→ **WHAT IS BEING ASKED**: Below are entries. Reproduce exactly the lines between the line holding "v 1.146 5.021 0.794" and the line holding "f 139 138 140", inclusive, and only those.

→ **RECORD EXCERPTS**:

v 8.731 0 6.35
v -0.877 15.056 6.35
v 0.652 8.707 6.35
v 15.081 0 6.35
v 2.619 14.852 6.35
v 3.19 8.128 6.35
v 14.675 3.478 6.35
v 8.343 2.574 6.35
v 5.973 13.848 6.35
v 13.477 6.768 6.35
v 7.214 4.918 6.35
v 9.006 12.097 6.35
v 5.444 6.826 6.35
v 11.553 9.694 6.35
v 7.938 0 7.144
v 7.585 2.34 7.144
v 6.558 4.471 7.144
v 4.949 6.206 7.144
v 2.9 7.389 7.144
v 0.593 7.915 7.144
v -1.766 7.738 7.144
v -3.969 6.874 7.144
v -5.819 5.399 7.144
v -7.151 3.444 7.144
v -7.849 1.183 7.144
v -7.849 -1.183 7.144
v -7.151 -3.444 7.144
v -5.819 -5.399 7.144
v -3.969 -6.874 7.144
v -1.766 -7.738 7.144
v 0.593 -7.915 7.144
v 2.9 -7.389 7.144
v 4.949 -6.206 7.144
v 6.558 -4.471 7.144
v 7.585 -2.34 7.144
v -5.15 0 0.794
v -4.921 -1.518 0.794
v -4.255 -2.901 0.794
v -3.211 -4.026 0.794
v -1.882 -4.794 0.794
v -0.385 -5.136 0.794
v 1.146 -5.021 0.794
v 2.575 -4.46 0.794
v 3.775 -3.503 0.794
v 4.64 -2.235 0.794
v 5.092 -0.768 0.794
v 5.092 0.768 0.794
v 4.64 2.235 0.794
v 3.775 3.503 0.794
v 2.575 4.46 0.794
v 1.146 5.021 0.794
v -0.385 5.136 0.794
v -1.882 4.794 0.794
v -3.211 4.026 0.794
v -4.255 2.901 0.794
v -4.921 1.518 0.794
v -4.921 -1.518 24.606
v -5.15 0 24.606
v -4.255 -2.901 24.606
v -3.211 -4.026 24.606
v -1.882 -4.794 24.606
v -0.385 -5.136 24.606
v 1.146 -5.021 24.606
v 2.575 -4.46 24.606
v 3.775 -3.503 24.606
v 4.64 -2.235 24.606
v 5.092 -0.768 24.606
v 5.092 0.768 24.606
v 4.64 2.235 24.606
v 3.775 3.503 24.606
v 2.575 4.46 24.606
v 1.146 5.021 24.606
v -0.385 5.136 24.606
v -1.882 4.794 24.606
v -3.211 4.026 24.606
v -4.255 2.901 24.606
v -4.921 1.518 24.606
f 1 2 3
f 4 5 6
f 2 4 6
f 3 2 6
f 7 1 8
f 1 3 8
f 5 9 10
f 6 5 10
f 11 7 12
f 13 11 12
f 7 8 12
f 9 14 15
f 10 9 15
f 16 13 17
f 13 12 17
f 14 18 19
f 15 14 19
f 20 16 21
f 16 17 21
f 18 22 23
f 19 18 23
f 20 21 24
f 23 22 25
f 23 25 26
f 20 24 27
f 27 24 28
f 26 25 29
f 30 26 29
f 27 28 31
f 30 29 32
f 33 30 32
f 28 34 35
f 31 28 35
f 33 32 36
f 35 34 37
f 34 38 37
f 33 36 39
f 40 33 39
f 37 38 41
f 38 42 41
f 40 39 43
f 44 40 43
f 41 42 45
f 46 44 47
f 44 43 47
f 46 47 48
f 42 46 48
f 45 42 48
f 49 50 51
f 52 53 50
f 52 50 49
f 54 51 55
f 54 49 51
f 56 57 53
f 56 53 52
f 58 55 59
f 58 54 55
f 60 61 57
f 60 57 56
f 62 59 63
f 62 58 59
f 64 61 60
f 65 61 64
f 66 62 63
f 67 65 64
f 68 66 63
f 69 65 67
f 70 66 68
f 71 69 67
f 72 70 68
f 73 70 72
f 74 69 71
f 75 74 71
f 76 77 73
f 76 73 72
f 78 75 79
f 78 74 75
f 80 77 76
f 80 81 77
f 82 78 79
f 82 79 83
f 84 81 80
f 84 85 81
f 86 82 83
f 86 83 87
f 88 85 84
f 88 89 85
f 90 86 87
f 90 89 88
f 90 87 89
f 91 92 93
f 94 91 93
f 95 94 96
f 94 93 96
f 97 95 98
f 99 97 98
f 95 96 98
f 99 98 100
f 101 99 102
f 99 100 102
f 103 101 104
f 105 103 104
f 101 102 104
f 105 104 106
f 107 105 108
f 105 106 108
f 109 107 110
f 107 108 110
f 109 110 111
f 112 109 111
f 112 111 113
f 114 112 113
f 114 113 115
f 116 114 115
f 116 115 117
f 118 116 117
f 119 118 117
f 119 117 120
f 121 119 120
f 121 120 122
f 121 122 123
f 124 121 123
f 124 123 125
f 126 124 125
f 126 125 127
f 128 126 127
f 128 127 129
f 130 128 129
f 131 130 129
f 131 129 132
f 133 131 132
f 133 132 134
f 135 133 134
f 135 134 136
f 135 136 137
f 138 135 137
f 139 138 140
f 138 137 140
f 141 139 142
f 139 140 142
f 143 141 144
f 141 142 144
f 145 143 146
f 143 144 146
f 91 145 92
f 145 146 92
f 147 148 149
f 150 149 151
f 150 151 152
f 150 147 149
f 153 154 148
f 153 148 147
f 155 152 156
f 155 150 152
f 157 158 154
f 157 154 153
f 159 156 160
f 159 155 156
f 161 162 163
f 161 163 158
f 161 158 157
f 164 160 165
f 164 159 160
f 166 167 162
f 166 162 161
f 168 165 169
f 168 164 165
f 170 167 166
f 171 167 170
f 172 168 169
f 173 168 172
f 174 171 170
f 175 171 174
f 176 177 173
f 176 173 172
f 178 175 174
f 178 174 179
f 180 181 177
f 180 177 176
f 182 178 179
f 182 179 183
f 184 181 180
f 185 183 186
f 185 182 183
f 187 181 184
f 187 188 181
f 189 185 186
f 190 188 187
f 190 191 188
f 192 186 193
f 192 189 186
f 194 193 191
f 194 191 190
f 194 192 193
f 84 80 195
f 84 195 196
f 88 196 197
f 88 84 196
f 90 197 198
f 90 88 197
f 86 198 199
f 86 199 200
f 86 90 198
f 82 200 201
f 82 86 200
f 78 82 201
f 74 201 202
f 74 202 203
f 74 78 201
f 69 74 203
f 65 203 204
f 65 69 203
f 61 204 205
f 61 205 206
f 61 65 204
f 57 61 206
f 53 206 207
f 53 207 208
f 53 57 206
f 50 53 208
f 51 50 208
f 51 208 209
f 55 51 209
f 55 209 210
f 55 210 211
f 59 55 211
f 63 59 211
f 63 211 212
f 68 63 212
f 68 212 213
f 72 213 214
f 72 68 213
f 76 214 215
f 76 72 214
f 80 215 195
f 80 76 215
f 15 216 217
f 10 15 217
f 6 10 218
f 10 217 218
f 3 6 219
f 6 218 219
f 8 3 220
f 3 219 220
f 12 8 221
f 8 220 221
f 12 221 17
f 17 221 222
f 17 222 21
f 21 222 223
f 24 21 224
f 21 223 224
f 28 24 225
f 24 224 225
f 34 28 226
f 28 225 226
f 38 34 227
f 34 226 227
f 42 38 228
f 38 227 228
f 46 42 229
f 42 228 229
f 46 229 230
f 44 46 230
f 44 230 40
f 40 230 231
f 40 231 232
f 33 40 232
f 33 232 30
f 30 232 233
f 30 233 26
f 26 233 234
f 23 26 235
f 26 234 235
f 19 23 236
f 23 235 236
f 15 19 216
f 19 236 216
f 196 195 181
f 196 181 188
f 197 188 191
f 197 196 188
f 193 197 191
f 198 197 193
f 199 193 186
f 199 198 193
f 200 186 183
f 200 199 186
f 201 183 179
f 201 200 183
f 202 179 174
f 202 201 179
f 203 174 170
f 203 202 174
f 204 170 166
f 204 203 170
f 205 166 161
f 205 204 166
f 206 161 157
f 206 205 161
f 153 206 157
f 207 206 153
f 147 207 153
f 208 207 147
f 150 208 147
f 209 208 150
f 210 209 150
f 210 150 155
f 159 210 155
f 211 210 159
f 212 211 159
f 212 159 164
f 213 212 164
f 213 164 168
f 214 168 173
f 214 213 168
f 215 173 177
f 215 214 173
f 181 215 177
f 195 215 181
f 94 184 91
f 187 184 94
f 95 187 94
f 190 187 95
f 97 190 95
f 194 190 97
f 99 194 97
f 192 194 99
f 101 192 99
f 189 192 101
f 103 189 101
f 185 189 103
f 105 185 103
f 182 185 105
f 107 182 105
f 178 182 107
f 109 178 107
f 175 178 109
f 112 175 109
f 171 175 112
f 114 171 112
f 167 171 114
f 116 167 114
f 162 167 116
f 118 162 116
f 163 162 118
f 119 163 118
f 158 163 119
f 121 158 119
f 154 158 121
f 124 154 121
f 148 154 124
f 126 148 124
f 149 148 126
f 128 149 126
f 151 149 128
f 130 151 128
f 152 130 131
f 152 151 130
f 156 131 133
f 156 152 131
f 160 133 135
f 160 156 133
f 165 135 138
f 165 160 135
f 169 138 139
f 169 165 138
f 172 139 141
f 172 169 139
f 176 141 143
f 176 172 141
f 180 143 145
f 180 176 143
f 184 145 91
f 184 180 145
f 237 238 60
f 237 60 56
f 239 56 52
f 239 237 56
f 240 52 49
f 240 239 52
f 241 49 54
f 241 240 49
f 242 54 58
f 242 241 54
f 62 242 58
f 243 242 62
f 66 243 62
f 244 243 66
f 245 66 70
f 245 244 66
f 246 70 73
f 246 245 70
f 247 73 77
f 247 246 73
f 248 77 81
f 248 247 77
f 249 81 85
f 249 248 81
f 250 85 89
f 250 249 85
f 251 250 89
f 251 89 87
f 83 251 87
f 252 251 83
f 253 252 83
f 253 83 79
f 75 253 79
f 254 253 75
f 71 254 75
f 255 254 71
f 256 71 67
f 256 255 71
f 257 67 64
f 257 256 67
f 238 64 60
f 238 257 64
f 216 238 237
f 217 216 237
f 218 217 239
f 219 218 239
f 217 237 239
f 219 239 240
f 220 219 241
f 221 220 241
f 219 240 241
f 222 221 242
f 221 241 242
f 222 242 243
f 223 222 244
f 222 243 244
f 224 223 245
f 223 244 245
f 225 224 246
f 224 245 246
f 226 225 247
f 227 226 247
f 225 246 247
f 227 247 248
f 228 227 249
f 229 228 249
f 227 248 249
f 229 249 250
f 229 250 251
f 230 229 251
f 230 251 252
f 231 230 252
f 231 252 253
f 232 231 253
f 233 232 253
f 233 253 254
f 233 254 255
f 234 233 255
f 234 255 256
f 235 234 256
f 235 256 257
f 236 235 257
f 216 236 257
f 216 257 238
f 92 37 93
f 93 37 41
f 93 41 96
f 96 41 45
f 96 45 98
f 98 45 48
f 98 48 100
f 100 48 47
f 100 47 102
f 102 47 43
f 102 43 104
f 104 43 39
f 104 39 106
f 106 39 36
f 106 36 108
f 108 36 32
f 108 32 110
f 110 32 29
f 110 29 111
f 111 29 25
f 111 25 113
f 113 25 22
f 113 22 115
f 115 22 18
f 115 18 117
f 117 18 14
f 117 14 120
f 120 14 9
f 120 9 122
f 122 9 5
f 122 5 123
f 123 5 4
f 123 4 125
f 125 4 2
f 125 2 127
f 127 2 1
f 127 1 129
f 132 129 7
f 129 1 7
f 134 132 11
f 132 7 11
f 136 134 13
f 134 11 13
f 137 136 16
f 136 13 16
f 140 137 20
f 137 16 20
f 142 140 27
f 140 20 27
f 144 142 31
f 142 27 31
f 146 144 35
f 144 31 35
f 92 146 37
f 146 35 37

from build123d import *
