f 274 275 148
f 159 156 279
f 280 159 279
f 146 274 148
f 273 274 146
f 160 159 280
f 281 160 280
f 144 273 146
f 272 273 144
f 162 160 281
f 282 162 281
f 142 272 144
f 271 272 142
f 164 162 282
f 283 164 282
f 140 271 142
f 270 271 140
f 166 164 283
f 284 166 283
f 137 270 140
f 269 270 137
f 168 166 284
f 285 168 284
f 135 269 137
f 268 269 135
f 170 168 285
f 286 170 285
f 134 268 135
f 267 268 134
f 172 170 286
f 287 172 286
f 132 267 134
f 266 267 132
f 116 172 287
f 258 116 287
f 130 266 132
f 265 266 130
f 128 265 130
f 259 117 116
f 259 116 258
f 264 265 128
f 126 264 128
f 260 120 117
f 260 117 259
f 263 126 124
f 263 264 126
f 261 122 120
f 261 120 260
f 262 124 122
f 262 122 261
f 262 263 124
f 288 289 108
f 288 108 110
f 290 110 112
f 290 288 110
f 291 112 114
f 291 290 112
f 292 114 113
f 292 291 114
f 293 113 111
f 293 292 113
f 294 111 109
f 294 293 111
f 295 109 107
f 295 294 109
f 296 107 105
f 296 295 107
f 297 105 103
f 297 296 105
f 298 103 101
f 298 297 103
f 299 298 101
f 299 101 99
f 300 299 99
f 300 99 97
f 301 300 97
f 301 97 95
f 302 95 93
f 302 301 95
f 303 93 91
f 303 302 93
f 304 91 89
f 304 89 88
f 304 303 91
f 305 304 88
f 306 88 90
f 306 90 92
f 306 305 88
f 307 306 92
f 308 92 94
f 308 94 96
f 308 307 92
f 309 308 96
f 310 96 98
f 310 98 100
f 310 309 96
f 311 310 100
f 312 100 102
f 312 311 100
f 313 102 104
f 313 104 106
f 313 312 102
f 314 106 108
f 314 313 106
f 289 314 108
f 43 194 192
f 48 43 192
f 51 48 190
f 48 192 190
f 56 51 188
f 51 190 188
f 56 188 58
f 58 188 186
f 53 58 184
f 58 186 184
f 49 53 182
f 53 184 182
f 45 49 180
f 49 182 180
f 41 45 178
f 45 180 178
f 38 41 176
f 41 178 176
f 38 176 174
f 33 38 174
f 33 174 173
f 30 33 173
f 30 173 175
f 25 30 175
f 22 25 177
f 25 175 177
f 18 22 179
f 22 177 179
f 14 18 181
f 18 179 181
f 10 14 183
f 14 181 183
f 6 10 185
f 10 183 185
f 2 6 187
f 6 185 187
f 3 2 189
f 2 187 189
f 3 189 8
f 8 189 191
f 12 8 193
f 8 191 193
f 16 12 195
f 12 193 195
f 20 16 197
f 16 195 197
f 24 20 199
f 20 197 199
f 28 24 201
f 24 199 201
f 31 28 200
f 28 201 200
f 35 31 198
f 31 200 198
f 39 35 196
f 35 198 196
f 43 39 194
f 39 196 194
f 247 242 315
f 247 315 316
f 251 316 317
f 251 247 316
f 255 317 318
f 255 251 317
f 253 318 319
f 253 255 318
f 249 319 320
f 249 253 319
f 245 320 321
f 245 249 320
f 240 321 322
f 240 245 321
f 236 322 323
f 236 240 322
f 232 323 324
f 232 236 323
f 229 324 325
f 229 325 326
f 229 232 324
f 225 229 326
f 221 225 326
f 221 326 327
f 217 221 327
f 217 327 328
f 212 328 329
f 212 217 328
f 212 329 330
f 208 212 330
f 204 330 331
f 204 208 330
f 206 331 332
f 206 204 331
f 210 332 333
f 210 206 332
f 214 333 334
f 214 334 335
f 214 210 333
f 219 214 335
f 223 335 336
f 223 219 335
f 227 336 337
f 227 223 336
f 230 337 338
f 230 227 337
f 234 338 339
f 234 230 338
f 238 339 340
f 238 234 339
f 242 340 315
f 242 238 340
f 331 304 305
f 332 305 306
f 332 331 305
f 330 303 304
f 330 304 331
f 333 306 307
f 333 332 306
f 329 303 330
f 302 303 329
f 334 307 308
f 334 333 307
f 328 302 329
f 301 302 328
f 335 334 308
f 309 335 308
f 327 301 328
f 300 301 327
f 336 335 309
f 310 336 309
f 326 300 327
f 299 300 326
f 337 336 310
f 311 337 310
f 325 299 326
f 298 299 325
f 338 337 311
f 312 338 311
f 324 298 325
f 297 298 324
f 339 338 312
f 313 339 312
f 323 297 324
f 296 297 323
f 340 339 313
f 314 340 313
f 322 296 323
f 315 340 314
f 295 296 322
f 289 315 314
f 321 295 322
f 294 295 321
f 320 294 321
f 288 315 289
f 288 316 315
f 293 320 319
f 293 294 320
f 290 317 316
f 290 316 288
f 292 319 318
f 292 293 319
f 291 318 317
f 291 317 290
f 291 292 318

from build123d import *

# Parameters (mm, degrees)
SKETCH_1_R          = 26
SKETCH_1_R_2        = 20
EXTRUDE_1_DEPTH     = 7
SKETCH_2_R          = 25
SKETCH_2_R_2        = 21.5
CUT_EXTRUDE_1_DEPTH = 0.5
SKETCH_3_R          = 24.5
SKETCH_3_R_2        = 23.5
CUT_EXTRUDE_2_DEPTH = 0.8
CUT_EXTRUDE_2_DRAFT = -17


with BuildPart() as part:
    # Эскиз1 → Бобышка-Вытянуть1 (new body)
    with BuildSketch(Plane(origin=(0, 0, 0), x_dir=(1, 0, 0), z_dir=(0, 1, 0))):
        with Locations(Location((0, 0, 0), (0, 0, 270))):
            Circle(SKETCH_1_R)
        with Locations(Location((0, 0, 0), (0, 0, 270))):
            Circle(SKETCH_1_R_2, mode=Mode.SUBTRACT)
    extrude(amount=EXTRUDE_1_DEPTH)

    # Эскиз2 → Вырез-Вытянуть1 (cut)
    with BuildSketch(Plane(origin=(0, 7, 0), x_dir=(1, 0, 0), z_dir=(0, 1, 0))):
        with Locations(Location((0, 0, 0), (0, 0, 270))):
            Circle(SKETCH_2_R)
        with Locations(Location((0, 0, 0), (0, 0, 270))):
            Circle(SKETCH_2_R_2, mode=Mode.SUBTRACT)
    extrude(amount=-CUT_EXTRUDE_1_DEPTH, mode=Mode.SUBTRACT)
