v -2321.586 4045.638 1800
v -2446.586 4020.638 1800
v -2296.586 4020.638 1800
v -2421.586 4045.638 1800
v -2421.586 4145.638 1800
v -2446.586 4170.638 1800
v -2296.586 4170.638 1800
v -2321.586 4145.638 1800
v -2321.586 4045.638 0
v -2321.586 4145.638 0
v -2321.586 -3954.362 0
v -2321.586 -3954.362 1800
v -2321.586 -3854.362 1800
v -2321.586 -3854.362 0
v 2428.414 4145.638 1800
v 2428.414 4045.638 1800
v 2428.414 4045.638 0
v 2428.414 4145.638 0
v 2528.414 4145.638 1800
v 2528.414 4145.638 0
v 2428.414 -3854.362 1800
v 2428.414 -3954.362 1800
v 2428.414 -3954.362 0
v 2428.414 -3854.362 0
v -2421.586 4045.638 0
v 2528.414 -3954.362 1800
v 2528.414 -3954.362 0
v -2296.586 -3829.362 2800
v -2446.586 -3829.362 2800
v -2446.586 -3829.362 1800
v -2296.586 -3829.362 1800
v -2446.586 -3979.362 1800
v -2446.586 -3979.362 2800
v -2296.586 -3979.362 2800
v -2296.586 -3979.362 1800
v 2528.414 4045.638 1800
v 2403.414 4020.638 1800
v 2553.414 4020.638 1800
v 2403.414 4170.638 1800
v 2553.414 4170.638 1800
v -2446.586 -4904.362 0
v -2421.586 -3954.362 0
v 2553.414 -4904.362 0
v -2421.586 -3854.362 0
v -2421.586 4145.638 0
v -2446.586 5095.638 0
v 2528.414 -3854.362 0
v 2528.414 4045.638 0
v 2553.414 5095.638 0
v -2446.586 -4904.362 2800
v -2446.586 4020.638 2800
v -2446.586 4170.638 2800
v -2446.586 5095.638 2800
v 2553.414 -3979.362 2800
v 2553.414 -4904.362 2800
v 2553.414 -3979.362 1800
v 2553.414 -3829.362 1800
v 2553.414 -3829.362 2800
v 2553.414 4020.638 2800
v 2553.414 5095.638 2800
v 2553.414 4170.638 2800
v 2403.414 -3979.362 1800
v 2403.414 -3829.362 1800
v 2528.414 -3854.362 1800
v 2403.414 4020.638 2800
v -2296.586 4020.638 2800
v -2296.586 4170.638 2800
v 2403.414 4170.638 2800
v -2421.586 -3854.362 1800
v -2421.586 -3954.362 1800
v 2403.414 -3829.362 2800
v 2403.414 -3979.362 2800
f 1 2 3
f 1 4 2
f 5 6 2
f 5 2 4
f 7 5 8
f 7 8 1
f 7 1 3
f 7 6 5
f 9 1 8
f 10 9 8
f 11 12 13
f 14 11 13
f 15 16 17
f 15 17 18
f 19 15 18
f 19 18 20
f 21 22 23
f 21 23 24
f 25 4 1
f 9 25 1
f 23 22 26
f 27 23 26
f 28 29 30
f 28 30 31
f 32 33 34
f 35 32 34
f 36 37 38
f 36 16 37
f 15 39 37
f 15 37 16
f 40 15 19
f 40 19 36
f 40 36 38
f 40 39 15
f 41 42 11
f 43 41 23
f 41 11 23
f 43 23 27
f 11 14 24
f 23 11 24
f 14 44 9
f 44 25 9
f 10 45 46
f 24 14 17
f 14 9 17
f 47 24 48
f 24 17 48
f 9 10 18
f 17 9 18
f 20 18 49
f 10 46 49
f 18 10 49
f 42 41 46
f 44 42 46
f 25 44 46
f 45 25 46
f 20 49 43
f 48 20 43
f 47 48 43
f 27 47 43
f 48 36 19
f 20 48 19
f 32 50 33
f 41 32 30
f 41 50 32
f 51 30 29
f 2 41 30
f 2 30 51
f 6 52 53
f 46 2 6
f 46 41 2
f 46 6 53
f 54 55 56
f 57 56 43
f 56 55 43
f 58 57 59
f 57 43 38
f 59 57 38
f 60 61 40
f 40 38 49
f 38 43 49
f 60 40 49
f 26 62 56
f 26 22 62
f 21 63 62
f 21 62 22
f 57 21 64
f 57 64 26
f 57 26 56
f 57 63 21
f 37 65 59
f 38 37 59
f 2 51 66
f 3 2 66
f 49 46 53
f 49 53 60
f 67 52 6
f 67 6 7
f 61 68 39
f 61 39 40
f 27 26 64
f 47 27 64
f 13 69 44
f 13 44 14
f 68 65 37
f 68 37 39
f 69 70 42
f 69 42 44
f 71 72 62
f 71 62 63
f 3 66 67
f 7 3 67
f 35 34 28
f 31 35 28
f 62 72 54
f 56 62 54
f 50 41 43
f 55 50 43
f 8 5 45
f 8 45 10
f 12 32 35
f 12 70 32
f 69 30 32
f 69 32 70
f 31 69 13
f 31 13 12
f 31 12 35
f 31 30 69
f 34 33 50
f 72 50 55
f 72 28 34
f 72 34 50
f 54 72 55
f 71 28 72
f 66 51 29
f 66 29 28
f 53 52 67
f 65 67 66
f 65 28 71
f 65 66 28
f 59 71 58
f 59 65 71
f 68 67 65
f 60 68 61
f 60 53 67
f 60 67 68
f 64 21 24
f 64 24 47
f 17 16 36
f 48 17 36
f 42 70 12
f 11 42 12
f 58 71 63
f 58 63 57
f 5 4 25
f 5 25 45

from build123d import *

# Parameters (mm, degrees)
F0_W     = 5000
F0_H     = 10000
F1_DEPTH = 2800
F2_W     = 150
F2_H     = 150
F3_DEPTH = 1000
F4_W     = 100
F4_H     = 100
F5_DEPTH = 1800


with BuildPart() as f1:
    # F0 (on Top) → F1 (new body)
    with BuildSketch(Plane.XY):
        with Locations((53.413546, 95.638355)):
            Rectangle(F0_W, F0_H)
    extrude(amount=F1_DEPTH)

    # F2 (on face) → F3 (cut)
    with BuildSketch(Plane.XY.offset(2800)):
        with Locations((-2371.586454, 4095.638355)):
            Rectangle(F2_W, F2_H)
        with Locations((2478.413546, 4095.638355)):
            Rectangle(F2_W, F2_H)
        with Locations((2478.413546, -3904.361645)):
            Rectangle(F2_W, F2_H)
        with Locations((-2371.586454, -3904.361645)):
            Rectangle(F2_W, F2_H)
    extrude(amount=-F3_DEPTH, mode=Mode.SUBTRACT)

    # F4 (on face) → F5 (cut)
    with BuildSketch(Plane.XY.offset(1800)):
        with Locations((2478.413546, 4095.638355)):
            Rectangle(F4_W, F4_H)
        with Locations((-2371.586454, 4095.638355)):
            Rectangle(F4_W, F4_H)
        with Locations((-2371.586454, -3904.361645)):
            Rectangle(F4_W, F4_H)
        with Locations((2478.413546, -3904.361645)):
            Rectangle(F4_W, F4_H)
    extrude(amount=-F5_DEPTH, mode=Mode.SUBTRACT)


solid = f1.part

→ **SOLUTION TO THIS TASK**:
v 1.146 5.021 0.794
v -0.385 5.136 0.794
v -1.882 4.794 0.794
v -3.211 4.026 0.794
v -4.255 2.901 0.794
v -4.921 1.518 0.794
v -4.921 -1.518 24.606
v -5.15 0 24.606
v -4.255 -2.901 24.606
v -3.211 -4.026 24.606
v -1.882 -4.794 24.606
v -0.385 -5.136 24.606
v 1.146 -5.021 24.606
v 2.575 -4.46 24.606
v 3.775 -3.503 24.606
v 4.64 -2.235 24.606
v 5.092 -0.768 24.606
v 5.092 0.768 24.606
v 4.64 2.235 24.606
v 3.775 3.503 24.606
v 2.575 4.46 24.606
v 1.146 5.021 24.606
v -0.385 5.136 24.606
v -1.882 4.794 24.606
v -3.211 4.026 24.606
v -4.255 2.901 24.606
v -4.921 1.518 24.606
f 1 2 3
f 4 5 6
f 2 4 6
f 3 2 6
f 7 1 8
f 1 3 8
f 5 9 10
f 6 5 10
f 11 7 12
f 13 11 12
f 7 8 12
f 9 14 15
f 10 9 15
f 16 13 17
f 13 12 17
f 14 18 19
f 15 14 19
f 20 16 21
f 16 17 21
f 18 22 23
f 19 18 23
f 20 21 24
f 23 22 25
f 23 25 26
f 20 24 27
f 27 24 28
f 26 25 29
f 30 26 29
f 27 28 31
f 30 29 32
f 33 30 32
f 28 34 35
f 31 28 35
f 33 32 36
f 35 34 37
f 34 38 37
f 33 36 39
f 40 33 39
f 37 38 41
f 38 42 41
f 40 39 43
f 44 40 43
f 41 42 45
f 46 44 47
f 44 43 47
f 46 47 48
f 42 46 48
f 45 42 48
f 49 50 51
f 52 53 50
f 52 50 49
f 54 51 55
f 54 49 51
f 56 57 53
f 56 53 52
f 58 55 59
f 58 54 55
f 60 61 57
f 60 57 56
f 62 59 63
f 62 58 59
f 64 61 60
f 65 61 64
f 66 62 63
f 67 65 64
f 68 66 63
f 69 65 67
f 70 66 68
f 71 69 67
f 72 70 68
f 73 70 72
f 74 69 71
f 75 74 71
f 76 77 73
f 76 73 72
f 78 75 79
f 78 74 75
f 80 77 76
f 80 81 77
f 82 78 79
f 82 79 83
f 84 81 80
f 84 85 81
f 86 82 83
f 86 83 87
f 88 85 84
f 88 89 85
f 90 86 87
f 90 89 88
f 90 87 89
f 91 92 93
f 94 91 93
f 95 94 96
f 94 93 96
f 97 95 98
f 99 97 98
f 95 96 98
f 99 98 100
f 101 99 102
f 99 100 102
f 103 101 104
f 105 103 104
f 101 102 104
f 105 104 106
f 107 105 108
f 105 106 108
f 109 107 110
f 107 108 110
f 109 110 111
f 112 109 111
f 112 111 113
f 114 112 113
f 114 113 115
f 116 114 115
f 116 115 117
f 118 116 117
f 119 118 117
f 119 117 120
f 121 119 120
f 121 120 122
f 121 122 123
f 124 121 123
f 124 123 125
f 126 124 125
f 126 125 127
f 128 126 127
f 128 127 129
f 130 128 129
f 131 130 129
f 131 129 132
f 133 131 132
f 133 132 134
f 135 133 134
f 135 134 136
f 135 136 137
f 138 135 137
f 139 138 140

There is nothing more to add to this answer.